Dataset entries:
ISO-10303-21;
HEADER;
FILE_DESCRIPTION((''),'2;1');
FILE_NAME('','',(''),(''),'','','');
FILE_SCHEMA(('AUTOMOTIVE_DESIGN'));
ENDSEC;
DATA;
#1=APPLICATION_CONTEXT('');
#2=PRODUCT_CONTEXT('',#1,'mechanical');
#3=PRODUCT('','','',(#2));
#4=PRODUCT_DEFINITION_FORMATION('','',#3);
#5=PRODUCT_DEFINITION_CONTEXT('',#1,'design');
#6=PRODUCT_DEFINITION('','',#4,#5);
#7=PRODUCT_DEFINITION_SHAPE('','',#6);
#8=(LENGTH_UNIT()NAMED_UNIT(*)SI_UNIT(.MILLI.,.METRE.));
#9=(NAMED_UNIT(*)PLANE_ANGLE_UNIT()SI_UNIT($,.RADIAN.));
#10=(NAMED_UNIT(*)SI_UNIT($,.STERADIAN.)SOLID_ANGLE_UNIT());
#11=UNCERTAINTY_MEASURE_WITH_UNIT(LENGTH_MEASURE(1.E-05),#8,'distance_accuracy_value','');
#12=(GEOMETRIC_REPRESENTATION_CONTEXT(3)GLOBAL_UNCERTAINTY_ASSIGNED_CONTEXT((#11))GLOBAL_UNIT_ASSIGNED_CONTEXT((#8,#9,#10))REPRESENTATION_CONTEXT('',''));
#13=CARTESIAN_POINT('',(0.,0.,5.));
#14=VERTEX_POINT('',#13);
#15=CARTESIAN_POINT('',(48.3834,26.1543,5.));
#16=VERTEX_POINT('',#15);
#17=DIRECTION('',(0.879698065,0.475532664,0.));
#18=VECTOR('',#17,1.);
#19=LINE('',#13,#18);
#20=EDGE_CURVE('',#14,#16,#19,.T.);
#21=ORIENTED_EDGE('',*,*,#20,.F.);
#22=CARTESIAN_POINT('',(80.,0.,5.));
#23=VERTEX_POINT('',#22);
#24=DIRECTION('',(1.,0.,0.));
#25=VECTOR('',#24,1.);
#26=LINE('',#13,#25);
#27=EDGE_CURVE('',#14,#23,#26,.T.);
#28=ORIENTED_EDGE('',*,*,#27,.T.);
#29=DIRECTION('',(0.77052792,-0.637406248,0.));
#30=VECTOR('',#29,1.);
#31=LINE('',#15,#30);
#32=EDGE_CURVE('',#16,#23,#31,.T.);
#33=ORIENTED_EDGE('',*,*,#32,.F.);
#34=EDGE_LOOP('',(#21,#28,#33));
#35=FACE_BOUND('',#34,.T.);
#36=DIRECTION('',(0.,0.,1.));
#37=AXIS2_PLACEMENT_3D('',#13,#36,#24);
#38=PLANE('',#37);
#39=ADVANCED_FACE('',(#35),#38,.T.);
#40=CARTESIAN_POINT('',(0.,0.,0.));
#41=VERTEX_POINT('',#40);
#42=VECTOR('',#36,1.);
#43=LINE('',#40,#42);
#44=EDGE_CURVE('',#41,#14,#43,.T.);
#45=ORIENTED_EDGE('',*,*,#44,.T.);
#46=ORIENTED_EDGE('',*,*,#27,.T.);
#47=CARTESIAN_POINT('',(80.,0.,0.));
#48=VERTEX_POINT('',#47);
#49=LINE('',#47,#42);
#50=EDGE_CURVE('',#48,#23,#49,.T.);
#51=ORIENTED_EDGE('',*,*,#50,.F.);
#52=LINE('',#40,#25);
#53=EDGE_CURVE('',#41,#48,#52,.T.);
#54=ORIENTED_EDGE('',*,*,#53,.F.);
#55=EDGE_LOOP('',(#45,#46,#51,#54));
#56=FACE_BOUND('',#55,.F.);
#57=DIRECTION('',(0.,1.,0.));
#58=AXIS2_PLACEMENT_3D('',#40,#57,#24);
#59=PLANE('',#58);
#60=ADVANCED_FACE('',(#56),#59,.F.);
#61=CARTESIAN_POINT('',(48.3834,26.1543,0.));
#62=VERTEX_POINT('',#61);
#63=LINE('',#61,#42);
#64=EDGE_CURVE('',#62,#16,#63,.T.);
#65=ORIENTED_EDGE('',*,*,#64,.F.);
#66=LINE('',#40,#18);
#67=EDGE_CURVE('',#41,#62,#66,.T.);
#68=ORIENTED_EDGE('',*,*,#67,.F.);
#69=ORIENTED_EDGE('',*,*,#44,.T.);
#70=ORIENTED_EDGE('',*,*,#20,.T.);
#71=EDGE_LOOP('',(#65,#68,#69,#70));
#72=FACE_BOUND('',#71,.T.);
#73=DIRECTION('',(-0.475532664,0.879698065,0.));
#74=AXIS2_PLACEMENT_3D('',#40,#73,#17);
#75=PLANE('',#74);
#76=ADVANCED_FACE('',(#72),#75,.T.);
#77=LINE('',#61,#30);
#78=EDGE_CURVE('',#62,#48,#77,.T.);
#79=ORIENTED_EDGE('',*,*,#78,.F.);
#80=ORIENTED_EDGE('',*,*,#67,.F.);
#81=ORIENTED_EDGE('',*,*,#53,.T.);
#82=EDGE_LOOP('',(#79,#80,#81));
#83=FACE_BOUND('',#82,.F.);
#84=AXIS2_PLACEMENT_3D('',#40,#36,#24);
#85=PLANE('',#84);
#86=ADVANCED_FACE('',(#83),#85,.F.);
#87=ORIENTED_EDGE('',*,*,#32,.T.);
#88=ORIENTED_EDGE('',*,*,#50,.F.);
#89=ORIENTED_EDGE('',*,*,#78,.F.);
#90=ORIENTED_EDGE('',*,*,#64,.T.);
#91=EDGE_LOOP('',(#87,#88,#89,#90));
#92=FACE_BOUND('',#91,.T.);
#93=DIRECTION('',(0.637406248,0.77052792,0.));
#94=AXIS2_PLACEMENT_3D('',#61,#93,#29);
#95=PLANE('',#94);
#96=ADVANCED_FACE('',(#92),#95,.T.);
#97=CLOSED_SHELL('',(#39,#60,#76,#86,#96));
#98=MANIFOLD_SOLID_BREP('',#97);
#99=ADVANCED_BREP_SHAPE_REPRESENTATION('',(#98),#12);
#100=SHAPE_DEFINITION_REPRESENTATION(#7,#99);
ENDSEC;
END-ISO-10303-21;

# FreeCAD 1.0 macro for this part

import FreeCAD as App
import Part
import Sketcher

V = App.Vector

doc = App.newDocument("Part")
body = doc.addObject("PartDesign::Body", "Body")

# Sketch on XY plane
sketch1 = body.newObject("Sketcher::SketchObject", "Sketch")
sketch1.AttachmentSupport = (doc.getObject("XY_Plane"), [""])
sketch1.MapMode = "FlatFace"
sketch1.addGeometry(Part.LineSegment(V(48, 26, 0), V(0, 0, 0)), False)
sketch1.addGeometry(Part.LineSegment(V(0, 0, 0), V(80, 0, 0)), False)
sketch1.addGeometry(Part.LineSegment(V(80, 0, 0), V(48, 26, 0)), False)
sketch1.addConstraint(Sketcher.Constraint("Coincident", 0, 2, 1, 1))
sketch1.addConstraint(Sketcher.Constraint("Coincident", 1, 2, 2, 1))
sketch1.addConstraint(Sketcher.Constraint("Coincident", 2, 2, 0, 1))
sketch1.addConstraint(Sketcher.Constraint("Horizontal", 1))
sketch1.addConstraint(Sketcher.Constraint("Coincident", 0, 2, -1, 1))
sketch1.addConstraint(Sketcher.Constraint("DistanceX", 1, 1, 1, 2, 80.0))
sketch1.addConstraint(Sketcher.Constraint("Distance", 0, 55.0))
sketch1.addConstraint(Sketcher.Constraint("Distance", 2, 41.0324))
pad1 = body.newObject("PartDesign::Pad", "Pad")
pad1.Profile = sketch1
pad1.Length = 5

doc.recompute()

• Task directions: Your task is to repeat the data exactly, with nothing left out.

• Solution to the problem:
ISO-10303-21;
HEADER;
FILE_DESCRIPTION((''),'2;1');
FILE_NAME('','',(''),(''),'','','');
FILE_SCHEMA(('AUTOMOTIVE_DESIGN'));
ENDSEC;
DATA;
#1=APPLICATION_CONTEXT('');
#2=PRODUCT_CONTEXT('',#1,'mechanical');
#3=PRODUCT('','','',(#2));
#4=PRODUCT_DEFINITION_FORMATION('','',#3);
#5=PRODUCT_DEFINITION_CONTEXT('',#1,'design');
#6=PRODUCT_DEFINITION('','',#4,#5);
#7=PRODUCT_DEFINITION_SHAPE('','',#6);
#8=(LENGTH_UNIT()NAMED_UNIT(*)SI_UNIT(.MILLI.,.METRE.));
#9=(NAMED_UNIT(*)PLANE_ANGLE_UNIT()SI_UNIT($,.RADIAN.));
#10=(NAMED_UNIT(*)SI_UNIT($,.STERADIAN.)SOLID_ANGLE_UNIT());
#11=UNCERTAINTY_MEASURE_WITH_UNIT(LENGTH_MEASURE(1.E-05),#8,'distance_accuracy_value','');
#12=(GEOMETRIC_REPRESENTATION_CONTEXT(3)GLOBAL_UNCERTAINTY_ASSIGNED_CONTEXT((#11))GLOBAL_UNIT_ASSIGNED_CONTEXT((#8,#9,#10))REPRESENTATION_CONTEXT('',''));
#13=CARTESIAN_POINT('',(0.,0.,5.));
#14=VERTEX_POINT('',#13);
#15=CARTESIAN_POINT('',(48.3834,26.1543,5.));
#16=VERTEX_POINT('',#15);
#17=DIRECTION('',(0.879698065,0.475532664,0.));
#18=VECTOR('',#17,1.);
#19=LINE('',#13,#18);
#20=EDGE_CURVE('',#14,#16,#19,.T.);
#21=ORIENTED_EDGE('',*,*,#20,.F.);
#22=CARTESIAN_POINT('',(80.,0.,5.));
#23=VERTEX_POINT('',#22);
#24=DIRECTION('',(1.,0.,0.));
#25=VECTOR('',#24,1.);
#26=LINE('',#13,#25);
#27=EDGE_CURVE('',#14,#23,#26,.T.);
#28=ORIENTED_EDGE('',*,*,#27,.T.);
#29=DIRECTION('',(0.77052792,-0.637406248,0.));
#30=VECTOR('',#29,1.);
#31=LINE('',#15,#30);
#32=EDGE_CURVE('',#16,#23,#31,.T.);
#33=ORIENTED_EDGE('',*,*,#32,.F.);
#34=EDGE_LOOP('',(#21,#28,#33));
#35=FACE_BOUND('',#34,.T.);
#36=DIRECTION('',(0.,0.,1.));
#37=AXIS2_PLACEMENT_3D('',#13,#36,#24);
#38=PLANE('',#37);
#39=ADVANCED_FACE('',(#35),#38,.T.);
#40=CARTESIAN_POINT('',(0.,0.,0.));
#41=VERTEX_POINT('',#40);
#42=VECTOR('',#36,1.);
#43=LINE('',#40,#42);
#44=EDGE_CURVE('',#41,#14,#43,.T.);
#45=ORIENTED_EDGE('',*,*,#44,.T.);
#46=ORIENTED_EDGE('',*,*,#27,.T.);
#47=CARTESIAN_POINT('',(80.,0.,0.));
#48=VERTEX_POINT('',#47);
#49=LINE('',#47,#42);
#50=EDGE_CURVE('',#48,#23,#49,.T.);
#51=ORIENTED_EDGE('',*,*,#50,.F.);
#52=LINE('',#40,#25);
#53=EDGE_CURVE('',#41,#48,#52,.T.);
#54=ORIENTED_EDGE('',*,*,#53,.F.);
#55=EDGE_LOOP('',(#45,#46,#51,#54));
#56=FACE_BOUND('',#55,.F.);
#57=DIRECTION('',(0.,1.,0.));
#58=AXIS2_PLACEMENT_3D('',#40,#57,#24);
#59=PLANE('',#58);
#60=ADVANCED_FACE('',(#56),#59,.F.);
#61=CARTESIAN_POINT('',(48.3834,26.1543,0.));
#62=VERTEX_POINT('',#61);
#63=LINE('',#61,#42);
#64=EDGE_CURVE('',#62,#16,#63,.T.);
#65=ORIENTED_EDGE('',*,*,#64,.F.);
#66=LINE('',#40,#18);
#67=EDGE_CURVE('',#41,#62,#66,.T.);
#68=ORIENTED_EDGE('',*,*,#67,.F.);
#69=ORIENTED_EDGE('',*,*,#44,.T.);
#70=ORIENTED_EDGE('',*,*,#20,.T.);
#71=EDGE_LOOP('',(#65,#68,#69,#70));
#72=FACE_BOUND('',#71,.T.);
#73=DIRECTION('',(-0.475532664,0.879698065,0.));
#74=AXIS2_PLACEMENT_3D('',#40,#73,#17);
#75=PLANE('',#74);
#76=ADVANCED_FACE('',(#72),#75,.T.);
#77=LINE('',#61,#30);
#78=EDGE_CURVE('',#62,#48,#77,.T.);
#79=ORIENTED_EDGE('',*,*,#78,.F.);
#80=ORIENTED_EDGE('',*,*,#67,.F.);
#81=ORIENTED_EDGE('',*,*,#53,.T.);
#82=EDGE_LOOP('',(#79,#80,#81));
#83=FACE_BOUND('',#82,.F.);
#84=AXIS2_PLACEMENT_3D('',#40,#36,#24);
#85=PLANE('',#84);
#86=ADVANCED_FACE('',(#83),#85,.F.);
#87=ORIENTED_EDGE('',*,*,#32,.T.);
#88=ORIENTED_EDGE('',*,*,#50,.F.);
#89=ORIENTED_EDGE('',*,*,#78,.F.);
#90=ORIENTED_EDGE('',*,*,#64,.T.);
#91=EDGE_LOOP('',(#87,#88,#89,#90));
#92=FACE_BOUND('',#91,.T.);
#93=DIRECTION('',(0.637406248,0.77052792,0.));
#94=AXIS2_PLACEMENT_3D('',#61,#93,#29);
#95=PLANE('',#94);
#96=ADVANCED_FACE('',(#92),#95,.T.);
#97=CLOSED_SHELL('',(#39,#60,#76,#86,#96));
#98=MANIFOLD_SOLID_BREP('',#97);
#99=ADVANCED_BREP_SHAPE_REPRESENTATION('',(#98),#12);
#100=SHAPE_DEFINITION_REPRESENTATION(#7,#99);
ENDSEC;
END-ISO-10303-21;

# FreeCAD 1.0 macro for this part

import FreeCAD as App
import Part
import Sketcher

V = App.Vector

doc = App.newDocument("Part")
body = doc.addObject("PartDesign::Body", "Body")

# Sketch on XY plane
sketch1 = body.newObject("Sketcher::SketchObject", "Sketch")
sketch1.AttachmentSupport = (doc.getObject("XY_Plane"), [""])
sketch1.MapMode = "FlatFace"
sketch1.addGeometry(Part.LineSegment(V(48, 26, 0), V(0, 0, 0)), False)
sketch1.addGeometry(Part.LineSegment(V(0, 0, 0), V(80, 0, 0)), False)
sketch1.addGeometry(Part.LineSegment(V(80, 0, 0), V(48, 26, 0)), False)
sketch1.addConstraint(Sketcher.Constraint("Coincident", 0, 2, 1, 1))
sketch1.addConstraint(Sketcher.Constraint("Coincident", 1, 2, 2, 1))
sketch1.addConstraint(Sketcher.Constraint("Coincident", 2, 2, 0, 1))
sketch1.addConstraint(Sketcher.Constraint("Horizontal", 1))
sketch1.addConstraint(Sketcher.Constraint("Coincident", 0, 2, -1, 1))
sketch1.addConstraint(Sketcher.Constraint("DistanceX", 1, 1, 1, 2, 80.0))
sketch1.addConstraint(Sketcher.Constraint("Distance", 0, 55.0))
sketch1.addConstraint(Sketcher.Constraint("Distance", 2, 41.0324))
pad1 = body.newObject("PartDesign::Pad", "Pad")
pad1.Profile = sketch1
pad1.Length = 5

doc.recompute()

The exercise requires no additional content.